Blutige Zusammenstöße zwischen Regierung und Indianern im Norden von Peru

Am Freitag, den 5. Juni 2009 kam es in Bagua und Umgebung zu blutigen Zusammenstößen zwischen Polizei sowie Indianern. Nach unterschiedlichen Quellen schwanken die Angaben über Tote zwischen 30 und 80, außerdem gab es über 100 (z.T. sehr schwer) Verletzte.
Hintergrund dieser Auseinandersetzung ist, dass die peruanische Regierung die Ausbeutung von Rohstoffen (Erdöl, Gas, Mineralien, Holz), durch (meist ausländische) Unternehmen erleichtern will. Viele Indianer sehen dadurch ihren Lebensraum bedroht (und haben oft auch schon entsprechende Erfahrungen gemacht). Sie sind nicht gegen Entwicklung und Fortschritt, möchten dabei aber ein entscheidendes Mitspracherecht haben. Gemäß der Konvention 169 der Internationalen Arbeitsorganisation, die 1994 auch von Peru als verbindlich anerkannt wurde, steht indianischen Minderheiten dieses Recht auch ausdrücklich zu.
Bereits seit fast zwei Monaten protestieren indianische Einwohner aus der Anden- sowie der Amazonasregion gegen die Art und Weise, wie der Staat und Unternehmen in die Ausbeutung von Rohstoffen investieren wollen. Dabei wurden in den vergangenen zwei Monaten auch Straßen blockiert, u.a. nach Bagua.

Am Freitag kam es nun – nach 54 Tagen friedlichem Protest – zu einer Eskalation. Nach offiziellen Berichten hätten Indianer die Sicherheitskräfte zuerst angegriffen. Allerdings gibt es viele Quellen die bezeugen, dass zunächst aus Polizeihubschraubern Schüsse (auf Leute!) und Tränengasgranaten abgefeuert wurden. Zwei Belgier, die sich als Voluntäre einer NGO gerade in Bagua aufhielten, haben die Sache beobachtet und durch entsprechende Fotos dokumentiert. Ich habe mir auch eine ganze Reihe von Filmdokumentationen auf Youtube angesehen und war von der Brutalität der Vörgänge schockiert.

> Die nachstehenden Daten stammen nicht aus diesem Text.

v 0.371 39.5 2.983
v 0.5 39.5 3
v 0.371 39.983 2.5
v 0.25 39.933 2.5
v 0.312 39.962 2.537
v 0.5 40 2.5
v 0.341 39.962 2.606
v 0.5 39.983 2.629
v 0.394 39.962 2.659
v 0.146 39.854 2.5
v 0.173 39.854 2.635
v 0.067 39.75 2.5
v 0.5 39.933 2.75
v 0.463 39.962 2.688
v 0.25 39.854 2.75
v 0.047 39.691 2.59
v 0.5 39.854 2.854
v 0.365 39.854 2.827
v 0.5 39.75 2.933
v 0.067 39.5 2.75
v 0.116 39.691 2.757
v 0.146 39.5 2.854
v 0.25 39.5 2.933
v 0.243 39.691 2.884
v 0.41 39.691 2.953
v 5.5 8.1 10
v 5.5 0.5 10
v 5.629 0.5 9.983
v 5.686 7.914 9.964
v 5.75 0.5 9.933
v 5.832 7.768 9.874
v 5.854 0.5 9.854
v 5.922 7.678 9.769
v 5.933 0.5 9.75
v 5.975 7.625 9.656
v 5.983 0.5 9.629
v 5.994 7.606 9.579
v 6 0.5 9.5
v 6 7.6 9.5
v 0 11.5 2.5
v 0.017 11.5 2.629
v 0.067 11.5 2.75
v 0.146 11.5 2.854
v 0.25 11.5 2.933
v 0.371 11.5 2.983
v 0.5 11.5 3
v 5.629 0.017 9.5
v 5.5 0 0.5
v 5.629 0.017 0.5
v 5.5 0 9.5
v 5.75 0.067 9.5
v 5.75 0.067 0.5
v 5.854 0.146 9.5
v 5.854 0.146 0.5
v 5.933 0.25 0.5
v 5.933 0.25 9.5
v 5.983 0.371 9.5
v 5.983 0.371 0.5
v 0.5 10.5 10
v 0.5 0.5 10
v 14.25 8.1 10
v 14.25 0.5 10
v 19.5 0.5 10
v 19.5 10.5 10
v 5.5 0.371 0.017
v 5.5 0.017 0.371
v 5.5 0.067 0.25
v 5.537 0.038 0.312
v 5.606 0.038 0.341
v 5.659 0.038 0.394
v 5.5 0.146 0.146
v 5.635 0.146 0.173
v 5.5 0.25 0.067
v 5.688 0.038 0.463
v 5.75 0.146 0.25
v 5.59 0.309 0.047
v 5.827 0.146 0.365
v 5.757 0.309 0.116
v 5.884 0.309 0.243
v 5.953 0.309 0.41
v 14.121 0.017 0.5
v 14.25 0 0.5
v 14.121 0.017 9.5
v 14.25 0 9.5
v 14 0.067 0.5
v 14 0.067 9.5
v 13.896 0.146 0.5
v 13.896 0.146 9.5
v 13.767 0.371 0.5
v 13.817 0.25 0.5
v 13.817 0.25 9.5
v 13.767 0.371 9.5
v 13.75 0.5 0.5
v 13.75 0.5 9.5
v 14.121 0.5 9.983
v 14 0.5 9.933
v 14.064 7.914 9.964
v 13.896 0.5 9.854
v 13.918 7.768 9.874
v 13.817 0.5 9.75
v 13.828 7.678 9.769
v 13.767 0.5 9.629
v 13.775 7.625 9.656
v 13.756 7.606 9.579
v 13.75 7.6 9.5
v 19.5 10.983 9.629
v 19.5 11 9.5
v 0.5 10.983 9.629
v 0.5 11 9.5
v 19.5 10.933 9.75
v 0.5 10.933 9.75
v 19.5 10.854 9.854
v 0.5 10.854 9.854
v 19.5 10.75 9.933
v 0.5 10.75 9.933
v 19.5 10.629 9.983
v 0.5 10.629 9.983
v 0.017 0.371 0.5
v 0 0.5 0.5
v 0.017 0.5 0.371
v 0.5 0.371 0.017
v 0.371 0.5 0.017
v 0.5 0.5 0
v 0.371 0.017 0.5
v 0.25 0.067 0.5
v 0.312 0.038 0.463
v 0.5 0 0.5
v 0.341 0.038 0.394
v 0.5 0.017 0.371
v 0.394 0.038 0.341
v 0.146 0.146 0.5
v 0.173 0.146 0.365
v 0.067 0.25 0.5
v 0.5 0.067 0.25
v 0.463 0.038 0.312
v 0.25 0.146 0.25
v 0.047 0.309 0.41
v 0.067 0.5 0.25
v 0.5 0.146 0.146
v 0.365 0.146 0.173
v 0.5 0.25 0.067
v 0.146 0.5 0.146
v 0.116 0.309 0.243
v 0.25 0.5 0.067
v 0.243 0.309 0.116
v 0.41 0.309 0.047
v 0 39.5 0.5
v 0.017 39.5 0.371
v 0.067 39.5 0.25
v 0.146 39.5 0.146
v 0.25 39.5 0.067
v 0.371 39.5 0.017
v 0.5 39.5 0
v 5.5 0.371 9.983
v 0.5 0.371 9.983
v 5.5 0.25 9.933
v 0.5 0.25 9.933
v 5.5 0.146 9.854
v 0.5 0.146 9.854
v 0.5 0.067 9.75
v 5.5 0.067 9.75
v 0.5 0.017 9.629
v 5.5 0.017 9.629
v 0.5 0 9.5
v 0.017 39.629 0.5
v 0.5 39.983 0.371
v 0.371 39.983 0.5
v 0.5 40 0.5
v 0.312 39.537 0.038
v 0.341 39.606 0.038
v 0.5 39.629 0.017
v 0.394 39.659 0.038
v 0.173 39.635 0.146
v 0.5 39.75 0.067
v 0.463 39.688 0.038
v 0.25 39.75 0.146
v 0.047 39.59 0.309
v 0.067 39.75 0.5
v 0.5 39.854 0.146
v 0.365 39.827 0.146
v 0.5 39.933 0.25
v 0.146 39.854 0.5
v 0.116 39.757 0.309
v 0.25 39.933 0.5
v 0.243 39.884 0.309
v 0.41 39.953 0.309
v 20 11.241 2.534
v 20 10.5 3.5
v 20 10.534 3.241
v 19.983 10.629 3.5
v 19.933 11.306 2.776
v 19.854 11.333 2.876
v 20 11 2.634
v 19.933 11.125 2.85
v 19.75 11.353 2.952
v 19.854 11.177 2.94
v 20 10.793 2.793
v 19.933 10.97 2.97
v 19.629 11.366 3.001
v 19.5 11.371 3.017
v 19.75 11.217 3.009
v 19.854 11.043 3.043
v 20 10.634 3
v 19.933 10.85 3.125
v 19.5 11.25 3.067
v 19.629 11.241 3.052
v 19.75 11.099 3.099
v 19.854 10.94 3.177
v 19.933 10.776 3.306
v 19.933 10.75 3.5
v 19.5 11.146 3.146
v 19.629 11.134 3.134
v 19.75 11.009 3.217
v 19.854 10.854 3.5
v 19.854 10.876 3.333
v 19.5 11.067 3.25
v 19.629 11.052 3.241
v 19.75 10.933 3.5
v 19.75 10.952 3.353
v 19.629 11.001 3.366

Gegen Alberto Pizango, den Vorsitzenden der Indianerorganisation AIDESEP und Verhandlungsführer der indianischen Seite (der sich zum Zeitpunkt der Ereignisse in Lima aufhielt), wurde inzwischen ein Haftbefehl wegen Rebellion und Konspiration erlassen. Am Montag, den 8. Juli ist er in die nicaraguanische Botschaft in Lima geflüchtet, wo er politisches Asyl beantragt hat. Dies wurde ihm von der nicaraguanischen Regierung inzwischen gewährt.

Bereits schon am 5. Juli haben CONEP (Das nationale evangelische Konzil von Peru) und FAIENAP (Dachverband der Evangelischen Indianerkirchen) eine gemeinsame Erklärung zu den Ereignissen in Bagua herausgegeben. Seit gestern Abend ist ein Team von FAIENAP vor Ort, um sich direkt über die Vorgänge zu informieren, sowie Betroffenen – soweit wie möglich – zu helfen.

Die Indianerorganisationen haben ab heute für das gesamte Amazonasgebiet zu einem unbefristeten Generalstreik aufgerufen. Außerdem soll in Lima eine Demonstration vor dem Regierungspalast stattfinden.